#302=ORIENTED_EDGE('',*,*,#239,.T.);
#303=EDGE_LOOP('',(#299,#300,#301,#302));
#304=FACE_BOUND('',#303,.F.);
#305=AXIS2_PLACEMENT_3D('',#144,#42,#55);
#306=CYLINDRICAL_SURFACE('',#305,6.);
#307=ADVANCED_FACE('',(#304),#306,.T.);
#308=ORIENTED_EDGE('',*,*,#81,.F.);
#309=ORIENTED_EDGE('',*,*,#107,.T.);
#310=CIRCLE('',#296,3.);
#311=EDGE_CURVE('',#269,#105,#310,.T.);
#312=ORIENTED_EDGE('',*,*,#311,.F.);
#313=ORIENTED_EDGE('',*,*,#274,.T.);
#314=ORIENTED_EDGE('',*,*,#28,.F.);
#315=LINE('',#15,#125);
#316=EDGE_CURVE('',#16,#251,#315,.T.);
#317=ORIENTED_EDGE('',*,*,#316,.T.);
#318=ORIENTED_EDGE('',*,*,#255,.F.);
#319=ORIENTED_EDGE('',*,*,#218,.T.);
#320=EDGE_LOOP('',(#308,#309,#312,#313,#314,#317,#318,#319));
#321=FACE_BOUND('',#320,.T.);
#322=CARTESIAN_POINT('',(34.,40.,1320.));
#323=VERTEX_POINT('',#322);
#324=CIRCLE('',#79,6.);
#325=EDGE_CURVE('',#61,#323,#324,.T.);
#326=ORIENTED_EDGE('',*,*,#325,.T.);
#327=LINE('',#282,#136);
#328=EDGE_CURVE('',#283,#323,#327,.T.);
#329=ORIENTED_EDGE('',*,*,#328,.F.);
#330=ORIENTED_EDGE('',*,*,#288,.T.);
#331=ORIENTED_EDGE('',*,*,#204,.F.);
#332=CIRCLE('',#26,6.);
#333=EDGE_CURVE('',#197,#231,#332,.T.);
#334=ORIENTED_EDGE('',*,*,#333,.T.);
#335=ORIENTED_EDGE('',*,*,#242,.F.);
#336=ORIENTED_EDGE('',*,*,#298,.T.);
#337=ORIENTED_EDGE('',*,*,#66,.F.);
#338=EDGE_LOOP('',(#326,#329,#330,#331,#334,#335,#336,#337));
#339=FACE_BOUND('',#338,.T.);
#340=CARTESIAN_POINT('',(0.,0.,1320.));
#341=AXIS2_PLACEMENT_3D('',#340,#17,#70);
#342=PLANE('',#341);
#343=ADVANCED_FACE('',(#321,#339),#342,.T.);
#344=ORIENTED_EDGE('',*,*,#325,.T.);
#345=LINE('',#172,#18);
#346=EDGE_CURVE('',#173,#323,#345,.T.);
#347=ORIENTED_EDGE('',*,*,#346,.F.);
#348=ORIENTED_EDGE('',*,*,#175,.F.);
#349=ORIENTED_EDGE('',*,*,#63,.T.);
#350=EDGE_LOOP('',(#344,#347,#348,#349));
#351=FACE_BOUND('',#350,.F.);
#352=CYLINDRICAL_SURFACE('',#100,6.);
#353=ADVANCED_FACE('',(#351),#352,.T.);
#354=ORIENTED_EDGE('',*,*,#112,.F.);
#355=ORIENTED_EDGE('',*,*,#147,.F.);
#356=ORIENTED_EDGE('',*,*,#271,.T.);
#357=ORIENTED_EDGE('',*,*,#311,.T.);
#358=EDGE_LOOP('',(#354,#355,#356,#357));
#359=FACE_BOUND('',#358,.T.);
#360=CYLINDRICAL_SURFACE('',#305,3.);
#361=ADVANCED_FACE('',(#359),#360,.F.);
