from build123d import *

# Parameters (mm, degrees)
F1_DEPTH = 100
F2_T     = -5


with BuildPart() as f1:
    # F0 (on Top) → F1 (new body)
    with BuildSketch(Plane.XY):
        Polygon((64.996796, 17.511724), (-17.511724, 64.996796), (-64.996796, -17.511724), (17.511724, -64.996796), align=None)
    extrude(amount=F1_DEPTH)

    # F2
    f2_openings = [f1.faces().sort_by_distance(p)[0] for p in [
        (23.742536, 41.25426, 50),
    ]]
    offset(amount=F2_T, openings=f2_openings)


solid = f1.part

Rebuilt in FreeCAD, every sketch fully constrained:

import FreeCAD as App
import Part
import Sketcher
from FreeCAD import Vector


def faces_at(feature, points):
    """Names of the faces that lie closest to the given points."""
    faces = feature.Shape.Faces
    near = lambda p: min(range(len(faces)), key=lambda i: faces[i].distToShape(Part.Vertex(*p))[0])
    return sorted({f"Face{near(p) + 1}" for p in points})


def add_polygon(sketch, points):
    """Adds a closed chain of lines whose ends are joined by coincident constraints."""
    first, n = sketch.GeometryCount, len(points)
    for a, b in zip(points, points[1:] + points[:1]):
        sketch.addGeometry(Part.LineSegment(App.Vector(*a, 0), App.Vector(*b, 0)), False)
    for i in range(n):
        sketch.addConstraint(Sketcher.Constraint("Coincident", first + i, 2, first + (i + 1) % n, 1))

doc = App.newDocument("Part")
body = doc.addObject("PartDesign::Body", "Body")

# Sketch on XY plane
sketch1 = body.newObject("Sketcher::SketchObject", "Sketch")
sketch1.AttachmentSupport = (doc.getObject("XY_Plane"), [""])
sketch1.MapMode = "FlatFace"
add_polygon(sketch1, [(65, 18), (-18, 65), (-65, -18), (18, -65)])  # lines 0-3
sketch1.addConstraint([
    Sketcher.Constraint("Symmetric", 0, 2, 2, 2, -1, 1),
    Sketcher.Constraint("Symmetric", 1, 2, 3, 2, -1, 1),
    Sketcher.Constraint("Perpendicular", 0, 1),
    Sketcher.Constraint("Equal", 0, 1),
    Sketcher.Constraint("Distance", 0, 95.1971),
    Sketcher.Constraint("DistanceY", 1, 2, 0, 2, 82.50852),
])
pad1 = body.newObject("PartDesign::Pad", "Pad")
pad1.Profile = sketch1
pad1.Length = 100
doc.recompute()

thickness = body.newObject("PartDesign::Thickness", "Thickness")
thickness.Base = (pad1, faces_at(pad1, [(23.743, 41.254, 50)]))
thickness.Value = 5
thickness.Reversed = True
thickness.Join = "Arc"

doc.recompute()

Work request → Leave out every line above except those from the line with "#352=CYLINDRICAL_SURFACE('',#100,6.);" up to and including the line with "Rebuilt in FreeCAD, every", and copy those exactly.

Response for this exercise →
#352=CYLINDRICAL_SURFACE('',#100,6.);
#353=ADVANCED_FACE('',(#351),#352,.T.);
#354=ORIENTED_EDGE('',*,*,#112,.F.);
#355=ORIENTED_EDGE('',*,*,#147,.F.);
#356=ORIENTED_EDGE('',*,*,#271,.T.);
#357=ORIENTED_EDGE('',*,*,#311,.T.);
#358=EDGE_LOOP('',(#354,#355,#356,#357));
#359=FACE_BOUND('',#358,.T.);
#360=CYLINDRICAL_SURFACE('',#305,3.);
#361=ADVANCED_FACE('',(#359),#360,.F.);
from build123d import *

# Parameters (mm, degrees)
F1_DEPTH = 100
F2_T     = -5


with BuildPart() as f1:
    # F0 (on Top) → F1 (new body)
    with BuildSketch(Plane.XY):
        Polygon((64.996796, 17.511724), (-17.511724, 64.996796), (-64.996796, -17.511724), (17.511724, -64.996796), align=None)
    extrude(amount=F1_DEPTH)

    # F2
    f2_openings = [f1.faces().sort_by_distance(p)[0] for p in [
        (23.742536, 41.25426, 50),
    ]]
    offset(amount=F2_T, openings=f2_openings)


solid = f1.part

Rebuilt in FreeCAD, every sketch fully constrained:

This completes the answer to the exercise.